# Fehlermeldung bei Installation->geht nicht



## mb23 (28. Apr. 2009)

Hallo.
Ich versuche jetzt schon das 5Mal ispconfig zu installieren.
Hatte es schonmal drauf, vserver gelöscht und neu aufgesetzt. Seit dem geht es nicht mehr.


Rufe ich als php -q install.php auf kommt folgende Fehlermeldung:


> Notice: Undefined variable: distver in /neu/ispconfig3_install/install/lib/install.lib.php on line 135
> 
> Notice: Undefined variable: distid in /neu/ispconfig3_install/install/lib/install.lib.php on line 135
> 
> Notice: Undefined variable: distbaseid in /neu/ispconfig3_install/install/lib/install.lib.php on line 135


Was könnte das sein?(debian lenny)

EDIT: Ich habs gefunden in einem anderen Beitrag hier:
Debian version auf 5.0 setzen.

Dafür hats jetzt mein Apache zerbröselt..er startet nicht mehr...was könnte das nun wieder sein?

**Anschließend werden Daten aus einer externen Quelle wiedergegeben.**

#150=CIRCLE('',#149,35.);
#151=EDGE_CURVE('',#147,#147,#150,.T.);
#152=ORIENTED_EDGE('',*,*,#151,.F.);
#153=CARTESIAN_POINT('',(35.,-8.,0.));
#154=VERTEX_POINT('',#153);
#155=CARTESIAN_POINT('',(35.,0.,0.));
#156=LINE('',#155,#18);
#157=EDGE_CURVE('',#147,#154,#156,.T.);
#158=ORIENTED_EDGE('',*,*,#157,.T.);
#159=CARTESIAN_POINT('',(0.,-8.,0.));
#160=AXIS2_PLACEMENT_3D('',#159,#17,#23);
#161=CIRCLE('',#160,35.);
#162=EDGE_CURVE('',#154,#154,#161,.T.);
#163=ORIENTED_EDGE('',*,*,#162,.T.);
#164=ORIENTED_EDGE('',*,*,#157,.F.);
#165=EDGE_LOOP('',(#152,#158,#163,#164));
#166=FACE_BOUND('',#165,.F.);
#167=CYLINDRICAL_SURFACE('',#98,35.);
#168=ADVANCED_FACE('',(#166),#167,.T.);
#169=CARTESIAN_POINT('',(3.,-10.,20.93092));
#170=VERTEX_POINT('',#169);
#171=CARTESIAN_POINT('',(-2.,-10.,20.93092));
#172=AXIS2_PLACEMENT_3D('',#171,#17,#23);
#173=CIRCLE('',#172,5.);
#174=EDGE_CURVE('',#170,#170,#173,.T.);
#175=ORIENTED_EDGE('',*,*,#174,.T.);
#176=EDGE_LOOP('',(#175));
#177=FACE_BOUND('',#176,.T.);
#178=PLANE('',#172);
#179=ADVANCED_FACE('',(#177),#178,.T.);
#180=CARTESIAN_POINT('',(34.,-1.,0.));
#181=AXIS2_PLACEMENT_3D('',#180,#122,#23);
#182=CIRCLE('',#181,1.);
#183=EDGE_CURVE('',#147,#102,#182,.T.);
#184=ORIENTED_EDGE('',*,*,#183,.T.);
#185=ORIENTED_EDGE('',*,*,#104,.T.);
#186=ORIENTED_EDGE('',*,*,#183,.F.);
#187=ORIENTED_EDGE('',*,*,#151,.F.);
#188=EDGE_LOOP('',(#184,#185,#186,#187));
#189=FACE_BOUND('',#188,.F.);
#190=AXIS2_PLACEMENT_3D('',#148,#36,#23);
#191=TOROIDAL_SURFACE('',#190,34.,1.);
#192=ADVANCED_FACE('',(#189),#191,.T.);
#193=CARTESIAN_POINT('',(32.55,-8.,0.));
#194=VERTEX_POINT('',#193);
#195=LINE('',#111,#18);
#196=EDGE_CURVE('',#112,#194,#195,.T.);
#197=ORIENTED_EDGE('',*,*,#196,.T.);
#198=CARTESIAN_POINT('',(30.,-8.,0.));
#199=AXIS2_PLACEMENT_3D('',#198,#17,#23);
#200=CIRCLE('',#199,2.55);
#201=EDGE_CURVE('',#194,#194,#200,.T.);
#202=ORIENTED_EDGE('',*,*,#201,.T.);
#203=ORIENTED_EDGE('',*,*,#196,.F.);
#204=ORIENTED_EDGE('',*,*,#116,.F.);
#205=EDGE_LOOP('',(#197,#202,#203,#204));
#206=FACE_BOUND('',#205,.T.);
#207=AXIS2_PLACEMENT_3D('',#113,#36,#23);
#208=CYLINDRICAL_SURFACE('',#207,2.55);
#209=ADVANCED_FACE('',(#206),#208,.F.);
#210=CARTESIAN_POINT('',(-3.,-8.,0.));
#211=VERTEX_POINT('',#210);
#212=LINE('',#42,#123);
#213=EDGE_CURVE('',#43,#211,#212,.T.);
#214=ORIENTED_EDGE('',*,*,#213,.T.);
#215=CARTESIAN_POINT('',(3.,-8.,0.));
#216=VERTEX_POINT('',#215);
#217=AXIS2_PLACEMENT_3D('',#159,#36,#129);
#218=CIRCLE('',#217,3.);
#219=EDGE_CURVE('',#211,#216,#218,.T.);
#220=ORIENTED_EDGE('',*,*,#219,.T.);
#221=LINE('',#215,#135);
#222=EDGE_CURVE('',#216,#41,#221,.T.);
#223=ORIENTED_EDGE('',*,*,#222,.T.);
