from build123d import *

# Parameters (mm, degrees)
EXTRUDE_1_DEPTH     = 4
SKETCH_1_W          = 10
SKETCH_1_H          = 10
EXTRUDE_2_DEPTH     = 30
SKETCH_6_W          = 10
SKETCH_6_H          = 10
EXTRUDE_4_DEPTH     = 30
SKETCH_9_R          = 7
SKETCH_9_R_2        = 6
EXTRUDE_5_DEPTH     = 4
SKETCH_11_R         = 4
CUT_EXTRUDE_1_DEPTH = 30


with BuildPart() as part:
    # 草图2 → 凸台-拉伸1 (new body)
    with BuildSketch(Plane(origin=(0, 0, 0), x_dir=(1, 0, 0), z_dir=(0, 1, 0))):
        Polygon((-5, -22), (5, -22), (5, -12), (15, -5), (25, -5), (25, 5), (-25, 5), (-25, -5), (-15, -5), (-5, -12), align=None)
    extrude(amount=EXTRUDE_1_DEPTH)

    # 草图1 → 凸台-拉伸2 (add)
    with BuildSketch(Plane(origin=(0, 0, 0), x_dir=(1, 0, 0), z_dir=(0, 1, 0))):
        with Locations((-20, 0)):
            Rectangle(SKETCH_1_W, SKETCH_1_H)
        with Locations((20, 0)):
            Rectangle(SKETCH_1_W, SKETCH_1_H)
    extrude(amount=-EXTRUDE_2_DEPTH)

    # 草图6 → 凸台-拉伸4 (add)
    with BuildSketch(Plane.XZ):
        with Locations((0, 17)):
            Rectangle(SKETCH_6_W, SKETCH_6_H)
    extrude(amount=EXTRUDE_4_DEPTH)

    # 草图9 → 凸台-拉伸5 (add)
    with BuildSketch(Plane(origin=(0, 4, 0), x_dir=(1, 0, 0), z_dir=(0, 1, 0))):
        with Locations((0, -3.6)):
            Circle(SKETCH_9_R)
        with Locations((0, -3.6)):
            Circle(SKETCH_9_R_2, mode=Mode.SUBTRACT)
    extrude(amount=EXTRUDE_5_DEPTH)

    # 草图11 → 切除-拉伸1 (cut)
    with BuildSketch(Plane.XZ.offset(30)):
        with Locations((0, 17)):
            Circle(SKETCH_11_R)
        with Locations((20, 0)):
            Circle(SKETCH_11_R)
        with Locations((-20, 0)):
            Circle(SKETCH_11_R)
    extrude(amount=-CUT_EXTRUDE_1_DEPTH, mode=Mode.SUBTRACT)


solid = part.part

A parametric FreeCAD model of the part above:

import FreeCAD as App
import Part
import Sketcher
Q = App.Units.Quantity

doc = App.newDocument("Part")
params = doc.addObject("Spreadsheet::Sheet", "Params")
for row, (alias, value) in enumerate([
    ("sketch1_width", "10 mm"),
    ("sketch1_width2", "50 mm"),
    ("pad1_length", "4 mm"),
    ("sketch2_width", "10 mm"),
    ("pad2_length", "30 mm"),
    ("sketch3_width", "10 mm"),
    ("pad3_length", "30 mm"),
    ("sketch4_diameter", "14 mm"),
    ("sketch4_diameter2", "12 mm"),
    ("pad4_length", "4 mm"),
    ("sketch5_diameter", "8 mm"),
    ("pocket1_length", "30 mm"),
], start=1):
    params.set(f"A{row}", alias)
    params.set(f"B{row}", "=" + value)
    params.setAlias(f"B{row}", alias)

body = doc.addObject("PartDesign::Body", "Body")

# Sketch on XZ plane
sketch1 = body.newObject("Sketcher::SketchObject", "Sketch")
sketch1.AttachmentSupport = (doc.getObject("XZ_Plane"), [""])
sketch1.MapMode = "FlatFace"
sketch1.addGeometry([
    Part.LineSegment(App.Vector(-5, 22, 0), App.Vector(5, 22, 0)),  # 0
    Part.LineSegment(App.Vector(5, 22, 0), App.Vector(5, 12, 0)),  # 1
    Part.LineSegment(App.Vector(5, 12, 0), App.Vector(15, 5, 0)),  # 2
    Part.LineSegment(App.Vector(15, 5, 0), App.Vector(25, 5, 0)),  # 3
    Part.LineSegment(App.Vector(25, 5, 0), App.Vector(25, -5, 0)),  # 4
    Part.LineSegment(App.Vector(25, -5, 0), App.Vector(-25, -5, 0)),  # 5
    Part.LineSegment(App.Vector(-25, -5, 0), App.Vector(-25, 5, 0)),  # 6
    Part.LineSegment(App.Vector(-25, 5, 0), App.Vector(-15, 5, 0)),  # 7
    Part.LineSegment(App.Vector(-15, 5, 0), App.Vector(-5, 12, 0)),  # 8
    Part.LineSegment(App.Vector(-5, 12, 0), App.Vector(-5, 22, 0)),  # 9
], False)
sketch1.addConstraint([
    Sketcher.Constraint("Coincident", 0, 2, 1, 1),
    Sketcher.Constraint("Coincident", 1, 2, 2, 1),
    Sketcher.Constraint("Coincident", 2, 2, 3, 1),
    Sketcher.Constraint("Coincident", 3, 2, 4, 1),
    Sketcher.Constraint("Coincident", 4, 2, 5, 1),
    Sketcher.Constraint("Coincident", 5, 2, 6, 1),
    Sketcher.Constraint("Coincident", 6, 2, 7, 1),
    Sketcher.Constraint("Coincident", 7, 2, 8, 1),
    Sketcher.Constraint("Coincident", 8, 2, 9, 1),
    Sketcher.Constraint("Coincident", 9, 2, 0, 1),
    Sketcher.Constraint("Horizontal", 0),
    Sketcher.Constraint("Vertical", 1),
    Sketcher.Constraint("Horizontal", 3),
    Sketcher.Constraint("Vertical", 4),
    Sketcher.Constraint("Horizontal", 5),
    Sketcher.Constraint("Vertical", 6),
    Sketcher.Constraint("Horizontal", 7),
    Sketcher.Constraint("Vertical", 9),
    Sketcher.Constraint("Symmetric", 3, 2, 5, 2, -1, 1),
    Sketcher.Constraint("Symmetric", 2, 2, 7, 2, -2),
    Sketcher.Constraint("Symmetric", 1, 2, 8, 2, -2),
    Sketcher.Constraint("Equal", 0, 3),
    Sketcher.Constraint("Equal", 7, 1),
    Sketcher.Constraint("Equal", 1, 4),
    Sketcher.Constraint("DistanceX", 0, 1, 0, 2, Q("10 mm")),
    Sketcher.Constraint("DistanceX", 5, 2, 5, 1, Q("50 mm")),
    Sketcher.Constraint("DistanceY", -1, 1, 0, 2, Q("22 mm")),
])
sketch1.setExpression("Constraints[24]", "Params.sketch1_width")
sketch1.setExpression("Constraints[25]", "Params.sketch1_width2")
pad1 = body.newObject("PartDesign::Pad", "Pad")
pad1.Profile = sketch1
pad1.setExpression("Length", "Params.pad1_length")
pad1.Reversed = True

# Sketch on XZ plane
sketch2 = body.newObject("Sketcher::SketchObject", "Sketch001")
sketch2.AttachmentSupport = (doc.getObject("XZ_Plane"), [""])
sketch2.MapMode = "FlatFace"
sketch2.addGeometry([
    Part.LineSegment(App.Vector(-25, -5, 0), App.Vector(-25, 5, 0)),  # 0
    Part.LineSegment(App.Vector(-25, 5, 0), App.Vector(-15, 5, 0)),  # 1
    Part.LineSegment(App.Vector(-15, 5, 0), App.Vector(-15, -5, 0)),  # 2
    Part.LineSegment(App.Vector(-15, -5, 0), App.Vector(-25, -5, 0)),  # 3
    Part.LineSegment(App.Vector(15, -5, 0), App.Vector(15, 5, 0)),  # 4
    Part.LineSegment(App.Vector(15, 5, 0), App.Vector(25, 5, 0)),  # 5
    Part.LineSegment(App.Vector(25, 5, 0), App.Vector(25, -5, 0)),  # 6
    Part.LineSegment(App.Vector(25, -5, 0), App.Vector(15, -5, 0)),  # 7
], False)
sketch2.addConstraint([
    Sketcher.Constraint("Coincident", 0, 2, 1, 1),
    Sketcher.Constraint("Coincident", 1, 2, 2, 1),
    Sketcher.Constraint("Coincident", 2, 2, 3, 1),
    Sketcher.Constraint("Coincident", 3, 2, 0, 1),
    Sketcher.Constraint("Coincident", 4, 2, 5, 1),
    Sketcher.Constraint("Coincident", 5, 2, 6, 1),
    Sketcher.Constraint("Coincident", 6, 2, 7, 1),
    Sketcher.Constraint("Coincident", 7, 2, 4, 1),
    Sketcher.Constraint("Vertical", 0),
    Sketcher.Constraint("Horizontal", 1),
    Sketcher.Constraint("Vertical", 2),
    Sketcher.Constraint("Horizontal", 3),
    Sketcher.Constraint("Vertical", 4),
    Sketcher.Constraint("Horizontal", 5),
    Sketcher.Constraint("Vertical", 6),
    Sketcher.Constraint("Horizontal", 7),
    Sketcher.Constraint("Symmetric", 2, 2, 4, 2, -1, 1),
    Sketcher.Constraint("Symmetric", 0, 2, 6, 2, -1, 1),
    Sketcher.Constraint("Horizontal", 1, 2, 4, 2),
    Sketcher.Constraint("Equal", 7, 0),
    Sketcher.Constraint("DistanceX", 1, 1, 1, 2, Q("10 mm")),
    Sketcher.Constraint("DistanceX", 0, 2, -1, 1, Q("25 mm")),
])
sketch2.setExpression("Constraints[20]", "Params.sketch2_width")
pad2 = body.newObject("PartDesign::Pad", "Pad001")
pad2.Profile = sketch2
pad2.setExpression("Length", "Params.pad2_length")

# Sketch on XZ plane
sketch3 = body.newObject("Sketcher::SketchObject", "Sketch002")
sketch3.AttachmentSupport = (doc.getObject("XZ_Plane"), [""])
sketch3.MapMode = "FlatFace"
sketch3.addGeometry([
    Part.LineSegment(App.Vector(-5, 22, 0), App.Vector(-5, 12, 0)),
    Part.LineSegment(App.Vector(-5, 12, 0), App.Vector(5, 12, 0)),
    Part.LineSegment(App.Vector(5, 12, 0), App.Vector(5, 22, 0)),
    Part.LineSegment(App.Vector(5, 22, 0), App.Vector(-5, 22, 0)),
], False)
sketch3.addConstraint([
    Sketcher.Constraint("Coincident", 0, 2, 1, 1),
    Sketcher.Constraint("Coincident", 1, 2, 2, 1),
    Sketcher.Constraint("Coincident", 2, 2, 3, 1),
    Sketcher.Constraint("Coincident", 3, 2, 0, 1),
    Sketcher.Constraint("Vertical", 0),
    Sketcher.Constraint("Horizontal", 1),
    Sketcher.Constraint("Vertical", 2),
    Sketcher.Constraint("Horizontal", 3),
    Sketcher.Constraint("Equal", 3, 0),
    Sketcher.Constraint("DistanceX", 1, 1, 1, 2, Q("10 mm")),
    Sketcher.Constraint("DistanceX", 0, 2, -1, 1, Q("5 mm")),
    Sketcher.Constraint("DistanceY", -1, 1, 0, 2, Q("12 mm")),
])
sketch3.setExpression("Constraints[9]", "Params.sketch3_width")
pad3 = body.newObject("PartDesign::Pad", "Pad002")
pad3.Profile = sketch3
pad3.setExpression("Length", "Params.pad3_length")

# Sketch on XZ plane
sketch4 = body.newObject("Sketcher::SketchObject", "Sketch003")
sketch4.AttachmentSupport = (doc.getObject("XZ_Plane"), [""])
sketch4.MapMode = "FlatFace"
sketch4.AttachmentOffset = App.Placement(App.Vector(0, 0, -4), App.Rotation())
sketch4.addGeometry([
    Part.Circle(App.Vector(0, 4, 0), App.Vector(0, 0, 1), 7),
    Part.Circle(App.Vector(0, 4, 0), App.Vector(0, 0, 1), 6),
], False)
sketch4.addConstraint([
    Sketcher.Constraint("Coincident", 1, 3, 0, 3),
    Sketcher.Constraint("PointOnObject", 0, 3, -2),
    Sketcher.Constraint("Diameter", 0, Q("14 mm")),
    Sketcher.Constraint("Diameter", 1, Q("12 mm")),
    Sketcher.Constraint("DistanceY", -1, 1, 0, 3, Q("3.6 mm")),
])
sketch4.setExpression("Constraints[2]", "Params.sketch4_diameter")
sketch4.setExpression("Constraints[3]", "Params.sketch4_diameter2")
pad4 = body.newObject("PartDesign::Pad", "Pad003")
pad4.Profile = sketch4
pad4.setExpression("Length", "Params.pad4_length")
pad4.Reversed = True

# Sketch on XZ plane
sketch5 = body.newObject("Sketcher::SketchObject", "Sketch004")
sketch5.AttachmentSupport = (doc.getObject("XZ_Plane"), [""])
sketch5.MapMode = "FlatFace"
sketch5.AttachmentOffset = App.Placement(App.Vector(0, 0, 30), App.Rotation())
sketch5.addGeometry([
    Part.Circle(App.Vector(0, 17, 0), App.Vector(0, 0, 1), 4),
    Part.Circle(App.Vector(20, 0, 0), App.Vector(0, 0, 1), 4),
    Part.Circle(App.Vector(-20, 0, 0), App.Vector(0, 0, 1), 4),
], False)
sketch5.addConstraint([
    Sketcher.Constraint("Equal", 0, 1),
    Sketcher.Constraint("Equal", 1, 2),
    Sketcher.Constraint("Symmetric", 1, 3, 2, 3, -1, 1),
    Sketcher.Constraint("PointOnObject", 0, 3, -2),
    Sketcher.Constraint("PointOnObject", 1, 3, -1),
    Sketcher.Constraint("Diameter", 0, Q("8 mm")),
    Sketcher.Constraint("DistanceY", -1, 1, 0, 3, Q("17 mm")),
    Sketcher.Constraint("DistanceX", -1, 1, 1, 3, Q("20 mm")),
])
sketch5.setExpression("Constraints[5]", "Params.sketch5_diameter")
pocket1 = body.newObject("PartDesign::Pocket", "Pocket")
pocket1.Profile = sketch5
pocket1.setExpression("Length", "Params.pocket1_length")

doc.recompute()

> /etc/init.d/apache2 start
> Starting web server: apache2 failed!


Mehr kommt nicht.
Vor der Installation von ispconfig gings apache noch einwandfrei!


----------



## planet_fox (28. Apr. 2009)

Welche ISP Version ?, Schau mal in dei apache logfiles


----------



## mb23 (28. Apr. 2009)

Version 3.

Apache errorlog sagt das:



> unable to start piped log program ' /usr/sbin/vlogger -s access.log -t "%Y%m%d-access.log" /var/log/ispconfig/httpd': No such file or directory
> Unable to open logs


----------



## mb23 (28. Apr. 2009)

Also ich bin jetzt 3 Mal exakt dieser Vorlage gefolgt und davor jedesmal debian komplett neu installiert:

http://www.howtoforge.de/howto/der-perfekte-server-debian-lenny-debian-50-ispconfig-3/6/

Jedesmal ist der Apache futsch, kann nicht neu gestartet werden, vor der Installation von ispconfig geht der apache.
Schätze da macht der ispconfig installer einen Fehler, anders kann ich es mir vorstellen...


----------



## planet_fox (29. Apr. 2009)

> /var/log/ispconfig/httpd


ist der ordner wirklich nicht vorhanden ?

ls /var/log/ispconfig



> Schätze da macht der ispconfig installer einen Fehler, anders kann ich es mir vorstellen...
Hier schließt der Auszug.